Dataset entries:
============================================================

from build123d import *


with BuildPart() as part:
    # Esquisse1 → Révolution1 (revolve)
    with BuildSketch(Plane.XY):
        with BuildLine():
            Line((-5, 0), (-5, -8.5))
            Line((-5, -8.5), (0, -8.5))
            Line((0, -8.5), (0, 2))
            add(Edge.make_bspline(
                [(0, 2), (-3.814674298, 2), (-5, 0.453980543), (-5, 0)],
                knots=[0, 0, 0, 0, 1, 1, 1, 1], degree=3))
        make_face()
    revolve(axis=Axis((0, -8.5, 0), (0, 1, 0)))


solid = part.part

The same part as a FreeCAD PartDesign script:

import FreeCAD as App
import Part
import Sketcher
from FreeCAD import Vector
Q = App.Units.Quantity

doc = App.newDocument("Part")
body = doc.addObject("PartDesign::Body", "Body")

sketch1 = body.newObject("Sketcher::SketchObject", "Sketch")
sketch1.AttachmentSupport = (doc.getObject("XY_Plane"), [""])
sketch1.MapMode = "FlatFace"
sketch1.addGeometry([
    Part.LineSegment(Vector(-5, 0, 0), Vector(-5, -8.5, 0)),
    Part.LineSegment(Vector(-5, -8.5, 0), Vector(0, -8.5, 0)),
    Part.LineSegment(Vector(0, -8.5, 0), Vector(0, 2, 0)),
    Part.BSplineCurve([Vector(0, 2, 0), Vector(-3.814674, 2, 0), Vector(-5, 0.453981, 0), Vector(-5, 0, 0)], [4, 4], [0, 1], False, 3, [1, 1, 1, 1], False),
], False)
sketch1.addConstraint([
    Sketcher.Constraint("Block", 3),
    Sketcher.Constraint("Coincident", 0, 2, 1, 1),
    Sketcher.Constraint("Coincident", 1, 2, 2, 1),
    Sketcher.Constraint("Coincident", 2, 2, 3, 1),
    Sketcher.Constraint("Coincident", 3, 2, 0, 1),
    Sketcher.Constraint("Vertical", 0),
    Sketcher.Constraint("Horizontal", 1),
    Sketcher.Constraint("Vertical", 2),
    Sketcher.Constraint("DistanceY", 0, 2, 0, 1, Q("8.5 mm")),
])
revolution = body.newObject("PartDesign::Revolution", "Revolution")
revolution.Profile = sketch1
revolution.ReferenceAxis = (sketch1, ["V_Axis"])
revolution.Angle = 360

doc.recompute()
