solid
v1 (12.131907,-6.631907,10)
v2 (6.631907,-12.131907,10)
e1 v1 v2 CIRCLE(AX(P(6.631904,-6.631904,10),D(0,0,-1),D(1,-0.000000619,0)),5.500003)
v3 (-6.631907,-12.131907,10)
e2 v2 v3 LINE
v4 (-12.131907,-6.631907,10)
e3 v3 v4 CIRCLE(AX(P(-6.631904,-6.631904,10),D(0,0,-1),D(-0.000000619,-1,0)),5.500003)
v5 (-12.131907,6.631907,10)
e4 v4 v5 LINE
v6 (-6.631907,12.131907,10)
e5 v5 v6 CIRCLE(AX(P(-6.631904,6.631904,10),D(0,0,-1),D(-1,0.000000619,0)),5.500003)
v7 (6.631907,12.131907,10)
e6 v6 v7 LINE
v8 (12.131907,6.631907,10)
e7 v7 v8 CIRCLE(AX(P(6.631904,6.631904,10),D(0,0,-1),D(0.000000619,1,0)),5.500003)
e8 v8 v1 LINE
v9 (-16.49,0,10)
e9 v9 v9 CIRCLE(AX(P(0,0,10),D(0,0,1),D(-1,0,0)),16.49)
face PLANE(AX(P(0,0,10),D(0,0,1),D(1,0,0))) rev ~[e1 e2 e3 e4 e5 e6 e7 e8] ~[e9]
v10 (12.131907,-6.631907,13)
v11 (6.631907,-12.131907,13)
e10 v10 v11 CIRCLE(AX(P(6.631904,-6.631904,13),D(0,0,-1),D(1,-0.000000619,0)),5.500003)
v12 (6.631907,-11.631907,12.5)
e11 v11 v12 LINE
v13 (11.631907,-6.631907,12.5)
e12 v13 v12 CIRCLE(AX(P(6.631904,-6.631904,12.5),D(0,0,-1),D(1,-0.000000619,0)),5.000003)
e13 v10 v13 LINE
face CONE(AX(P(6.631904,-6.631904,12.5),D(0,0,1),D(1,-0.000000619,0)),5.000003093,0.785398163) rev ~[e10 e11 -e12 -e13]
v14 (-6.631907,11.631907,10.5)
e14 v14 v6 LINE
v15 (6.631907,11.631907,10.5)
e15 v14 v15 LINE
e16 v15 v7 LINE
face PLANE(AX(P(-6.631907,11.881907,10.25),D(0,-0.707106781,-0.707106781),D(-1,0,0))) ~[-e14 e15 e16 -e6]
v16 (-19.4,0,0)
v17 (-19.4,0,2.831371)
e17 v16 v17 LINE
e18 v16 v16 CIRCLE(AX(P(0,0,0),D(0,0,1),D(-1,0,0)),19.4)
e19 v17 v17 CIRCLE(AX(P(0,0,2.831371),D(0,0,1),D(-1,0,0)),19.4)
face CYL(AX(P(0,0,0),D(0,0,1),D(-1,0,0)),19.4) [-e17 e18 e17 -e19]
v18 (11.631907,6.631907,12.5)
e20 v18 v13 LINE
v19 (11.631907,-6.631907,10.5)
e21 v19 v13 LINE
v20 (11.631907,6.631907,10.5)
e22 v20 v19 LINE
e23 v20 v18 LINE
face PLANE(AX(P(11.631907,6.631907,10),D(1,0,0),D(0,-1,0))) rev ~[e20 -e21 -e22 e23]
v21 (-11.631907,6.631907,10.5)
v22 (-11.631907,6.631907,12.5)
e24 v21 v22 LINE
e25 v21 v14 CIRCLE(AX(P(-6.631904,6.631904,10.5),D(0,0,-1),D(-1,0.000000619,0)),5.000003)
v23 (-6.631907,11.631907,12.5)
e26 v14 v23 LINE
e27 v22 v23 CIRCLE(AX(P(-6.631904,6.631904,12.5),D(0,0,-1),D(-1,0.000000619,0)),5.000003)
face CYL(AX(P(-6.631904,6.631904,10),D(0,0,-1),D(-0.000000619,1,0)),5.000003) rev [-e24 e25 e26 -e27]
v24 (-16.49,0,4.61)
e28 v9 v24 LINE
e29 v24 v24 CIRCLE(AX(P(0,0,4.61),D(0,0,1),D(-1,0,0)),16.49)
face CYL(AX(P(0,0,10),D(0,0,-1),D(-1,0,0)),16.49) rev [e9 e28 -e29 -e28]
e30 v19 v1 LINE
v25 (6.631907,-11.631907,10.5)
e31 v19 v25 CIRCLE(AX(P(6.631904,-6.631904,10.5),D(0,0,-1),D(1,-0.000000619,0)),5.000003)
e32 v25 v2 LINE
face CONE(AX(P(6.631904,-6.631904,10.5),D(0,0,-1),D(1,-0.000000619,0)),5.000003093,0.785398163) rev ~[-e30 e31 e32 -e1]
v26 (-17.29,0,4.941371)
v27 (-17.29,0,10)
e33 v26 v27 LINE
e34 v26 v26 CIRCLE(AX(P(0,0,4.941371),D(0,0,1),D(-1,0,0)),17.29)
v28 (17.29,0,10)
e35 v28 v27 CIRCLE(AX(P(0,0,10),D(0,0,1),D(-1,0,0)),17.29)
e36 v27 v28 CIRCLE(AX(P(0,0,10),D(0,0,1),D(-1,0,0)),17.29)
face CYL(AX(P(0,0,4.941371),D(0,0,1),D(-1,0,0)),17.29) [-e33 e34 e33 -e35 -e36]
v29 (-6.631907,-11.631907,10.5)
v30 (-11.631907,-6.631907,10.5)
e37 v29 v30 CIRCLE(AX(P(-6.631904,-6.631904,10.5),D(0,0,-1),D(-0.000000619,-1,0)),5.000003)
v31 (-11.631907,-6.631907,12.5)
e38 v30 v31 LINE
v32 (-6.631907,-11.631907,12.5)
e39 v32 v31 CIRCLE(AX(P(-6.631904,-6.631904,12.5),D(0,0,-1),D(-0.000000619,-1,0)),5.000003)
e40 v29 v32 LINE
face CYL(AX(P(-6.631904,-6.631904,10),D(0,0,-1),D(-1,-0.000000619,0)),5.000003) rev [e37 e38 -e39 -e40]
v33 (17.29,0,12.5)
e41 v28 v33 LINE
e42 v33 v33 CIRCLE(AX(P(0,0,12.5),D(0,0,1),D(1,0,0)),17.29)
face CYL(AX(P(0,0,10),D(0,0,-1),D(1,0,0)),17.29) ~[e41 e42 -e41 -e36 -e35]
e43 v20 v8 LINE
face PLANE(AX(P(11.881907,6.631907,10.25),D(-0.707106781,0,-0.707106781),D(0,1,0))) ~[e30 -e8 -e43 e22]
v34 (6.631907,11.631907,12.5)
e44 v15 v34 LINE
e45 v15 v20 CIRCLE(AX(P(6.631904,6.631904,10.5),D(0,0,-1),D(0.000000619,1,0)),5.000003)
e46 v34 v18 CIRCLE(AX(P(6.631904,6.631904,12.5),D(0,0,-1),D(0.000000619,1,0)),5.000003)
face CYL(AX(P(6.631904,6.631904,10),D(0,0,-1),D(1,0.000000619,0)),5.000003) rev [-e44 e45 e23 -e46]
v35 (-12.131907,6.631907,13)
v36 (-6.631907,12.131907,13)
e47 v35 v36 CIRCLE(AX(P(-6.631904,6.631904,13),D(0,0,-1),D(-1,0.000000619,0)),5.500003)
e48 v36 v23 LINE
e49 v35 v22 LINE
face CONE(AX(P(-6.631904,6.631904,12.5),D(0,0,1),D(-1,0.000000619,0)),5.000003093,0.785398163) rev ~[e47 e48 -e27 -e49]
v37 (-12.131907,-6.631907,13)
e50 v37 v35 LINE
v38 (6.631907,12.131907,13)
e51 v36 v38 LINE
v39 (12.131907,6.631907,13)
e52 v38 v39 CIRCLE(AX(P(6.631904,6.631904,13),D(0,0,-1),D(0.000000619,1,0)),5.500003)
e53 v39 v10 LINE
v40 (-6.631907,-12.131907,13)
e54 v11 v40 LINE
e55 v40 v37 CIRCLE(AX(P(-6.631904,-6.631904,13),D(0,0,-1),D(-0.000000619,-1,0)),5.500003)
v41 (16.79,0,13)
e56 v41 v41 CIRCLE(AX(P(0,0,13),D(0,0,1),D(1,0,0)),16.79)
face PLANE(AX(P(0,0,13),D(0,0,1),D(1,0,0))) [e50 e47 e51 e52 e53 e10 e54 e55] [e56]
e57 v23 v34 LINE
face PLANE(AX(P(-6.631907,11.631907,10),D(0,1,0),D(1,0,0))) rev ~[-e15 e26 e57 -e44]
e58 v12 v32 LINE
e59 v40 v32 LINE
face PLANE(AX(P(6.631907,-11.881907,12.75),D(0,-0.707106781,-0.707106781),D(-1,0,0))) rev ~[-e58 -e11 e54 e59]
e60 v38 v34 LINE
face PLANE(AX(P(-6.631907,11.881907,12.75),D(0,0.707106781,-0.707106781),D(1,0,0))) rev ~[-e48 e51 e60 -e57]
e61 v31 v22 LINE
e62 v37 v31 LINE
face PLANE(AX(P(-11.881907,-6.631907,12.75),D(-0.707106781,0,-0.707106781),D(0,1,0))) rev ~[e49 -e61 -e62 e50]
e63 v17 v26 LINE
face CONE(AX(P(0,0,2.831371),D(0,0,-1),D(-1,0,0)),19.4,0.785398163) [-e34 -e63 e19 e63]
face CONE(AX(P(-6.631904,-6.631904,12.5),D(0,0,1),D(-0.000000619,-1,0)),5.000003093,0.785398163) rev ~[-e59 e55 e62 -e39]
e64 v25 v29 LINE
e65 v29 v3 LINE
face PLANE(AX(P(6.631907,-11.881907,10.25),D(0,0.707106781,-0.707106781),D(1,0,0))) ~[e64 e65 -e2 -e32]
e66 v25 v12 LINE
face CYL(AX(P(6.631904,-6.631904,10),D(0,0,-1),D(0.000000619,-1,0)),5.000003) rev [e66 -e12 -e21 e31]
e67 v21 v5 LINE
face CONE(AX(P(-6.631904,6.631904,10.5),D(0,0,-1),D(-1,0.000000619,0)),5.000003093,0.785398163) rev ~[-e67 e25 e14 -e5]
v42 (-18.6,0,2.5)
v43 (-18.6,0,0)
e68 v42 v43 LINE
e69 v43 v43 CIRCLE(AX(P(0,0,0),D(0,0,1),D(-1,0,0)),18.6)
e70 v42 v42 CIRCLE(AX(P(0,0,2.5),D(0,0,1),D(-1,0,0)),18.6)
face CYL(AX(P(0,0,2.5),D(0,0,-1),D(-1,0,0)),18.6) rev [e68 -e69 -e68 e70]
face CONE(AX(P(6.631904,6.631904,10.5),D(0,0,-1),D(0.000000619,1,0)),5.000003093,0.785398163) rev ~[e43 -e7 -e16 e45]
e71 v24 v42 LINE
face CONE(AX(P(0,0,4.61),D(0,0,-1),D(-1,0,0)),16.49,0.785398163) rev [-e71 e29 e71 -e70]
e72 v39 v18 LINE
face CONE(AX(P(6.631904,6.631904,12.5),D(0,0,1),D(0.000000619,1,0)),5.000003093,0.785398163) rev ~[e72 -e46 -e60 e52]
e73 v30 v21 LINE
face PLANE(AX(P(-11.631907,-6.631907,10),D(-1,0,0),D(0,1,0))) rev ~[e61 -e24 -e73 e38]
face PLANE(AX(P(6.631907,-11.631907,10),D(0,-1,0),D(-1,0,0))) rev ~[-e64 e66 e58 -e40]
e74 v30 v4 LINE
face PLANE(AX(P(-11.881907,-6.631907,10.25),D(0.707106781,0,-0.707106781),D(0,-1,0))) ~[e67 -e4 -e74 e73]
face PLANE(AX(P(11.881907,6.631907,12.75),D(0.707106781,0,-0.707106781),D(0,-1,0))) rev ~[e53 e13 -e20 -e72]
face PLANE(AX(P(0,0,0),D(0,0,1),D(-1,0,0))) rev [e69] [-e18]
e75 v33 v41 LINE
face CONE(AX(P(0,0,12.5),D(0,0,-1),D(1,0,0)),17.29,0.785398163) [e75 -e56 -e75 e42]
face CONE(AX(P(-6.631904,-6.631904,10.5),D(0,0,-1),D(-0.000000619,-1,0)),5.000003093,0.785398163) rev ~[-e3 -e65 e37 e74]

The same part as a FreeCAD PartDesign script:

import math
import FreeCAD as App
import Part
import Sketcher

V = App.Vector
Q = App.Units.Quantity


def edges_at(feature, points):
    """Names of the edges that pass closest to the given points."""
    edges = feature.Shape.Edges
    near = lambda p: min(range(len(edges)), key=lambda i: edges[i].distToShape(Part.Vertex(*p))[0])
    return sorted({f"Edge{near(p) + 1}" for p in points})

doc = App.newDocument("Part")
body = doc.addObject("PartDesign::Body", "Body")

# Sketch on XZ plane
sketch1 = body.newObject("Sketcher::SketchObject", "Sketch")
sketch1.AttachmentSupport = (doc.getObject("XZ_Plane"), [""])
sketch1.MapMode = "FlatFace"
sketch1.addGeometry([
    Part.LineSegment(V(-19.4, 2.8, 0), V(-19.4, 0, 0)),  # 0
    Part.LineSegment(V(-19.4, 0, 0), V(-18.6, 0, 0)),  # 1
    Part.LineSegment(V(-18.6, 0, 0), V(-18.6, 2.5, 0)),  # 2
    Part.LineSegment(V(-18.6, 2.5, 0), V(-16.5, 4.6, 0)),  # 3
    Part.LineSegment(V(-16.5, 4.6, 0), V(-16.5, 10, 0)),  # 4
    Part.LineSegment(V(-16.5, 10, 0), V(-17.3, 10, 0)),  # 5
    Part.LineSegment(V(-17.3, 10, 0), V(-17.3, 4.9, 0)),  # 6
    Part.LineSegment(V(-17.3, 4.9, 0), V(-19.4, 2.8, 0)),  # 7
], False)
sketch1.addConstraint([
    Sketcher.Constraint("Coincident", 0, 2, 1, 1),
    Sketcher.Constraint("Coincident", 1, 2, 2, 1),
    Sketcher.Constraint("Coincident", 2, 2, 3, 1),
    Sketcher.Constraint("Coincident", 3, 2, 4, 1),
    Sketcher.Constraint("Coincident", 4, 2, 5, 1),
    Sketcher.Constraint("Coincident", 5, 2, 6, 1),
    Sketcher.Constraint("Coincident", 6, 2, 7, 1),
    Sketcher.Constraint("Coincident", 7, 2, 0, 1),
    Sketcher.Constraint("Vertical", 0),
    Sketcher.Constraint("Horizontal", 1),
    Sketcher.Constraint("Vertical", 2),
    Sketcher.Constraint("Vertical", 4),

============================================================

Work to complete.
Look for the word "CONE". Copy out every line of the data that has it.

Response to this exercise.
face CONE(AX(P(6.631904,-6.631904,12.5),D(0,0,1),D(1,-0.000000619,0)),5.000003093,0.785398163) rev ~[e10 e11 -e12 -e13]
face CONE(AX(P(6.631904,-6.631904,10.5),D(0,0,-1),D(1,-0.000000619,0)),5.000003093,0.785398163) rev ~[-e30 e31 e32 -e1]
face CONE(AX(P(-6.631904,6.631904,12.5),D(0,0,1),D(-1,0.000000619,0)),5.000003093,0.785398163) rev ~[e47 e48 -e27 -e49]
face CONE(AX(P(0,0,2.831371),D(0,0,-1),D(-1,0,0)),19.4,0.785398163) [-e34 -e63 e19 e63]
face CONE(AX(P(-6.631904,-6.631904,12.5),D(0,0,1),D(-0.000000619,-1,0)),5.000003093,0.785398163) rev ~[-e59 e55 e62 -e39]
face CONE(AX(P(-6.631904,6.631904,10.5),D(0,0,-1),D(-1,0.000000619,0)),5.000003093,0.785398163) rev ~[-e67 e25 e14 -e5]
face CONE(AX(P(6.631904,6.631904,10.5),D(0,0,-1),D(0.000000619,1,0)),5.000003093,0.785398163) rev ~[e43 -e7 -e16 e45]
face CONE(AX(P(0,0,4.61),D(0,0,-1),D(-1,0,0)),16.49,0.785398163) rev [-e71 e29 e71 -e70]
face CONE(AX(P(6.631904,6.631904,12.5),D(0,0,1),D(0.000000619,1,0)),5.000003093,0.785398163) rev ~[e72 -e46 -e60 e52]
face CONE(AX(P(0,0,12.5),D(0,0,-1),D(1,0,0)),17.29,0.785398163) [e75 -e56 -e75 e42]
face CONE(AX(P(-6.631904,-6.631904,10.5),D(0,0,-1),D(-0.000000619,-1,0)),5.000003093,0.785398163) rev ~[-e3 -e65 e37 e74]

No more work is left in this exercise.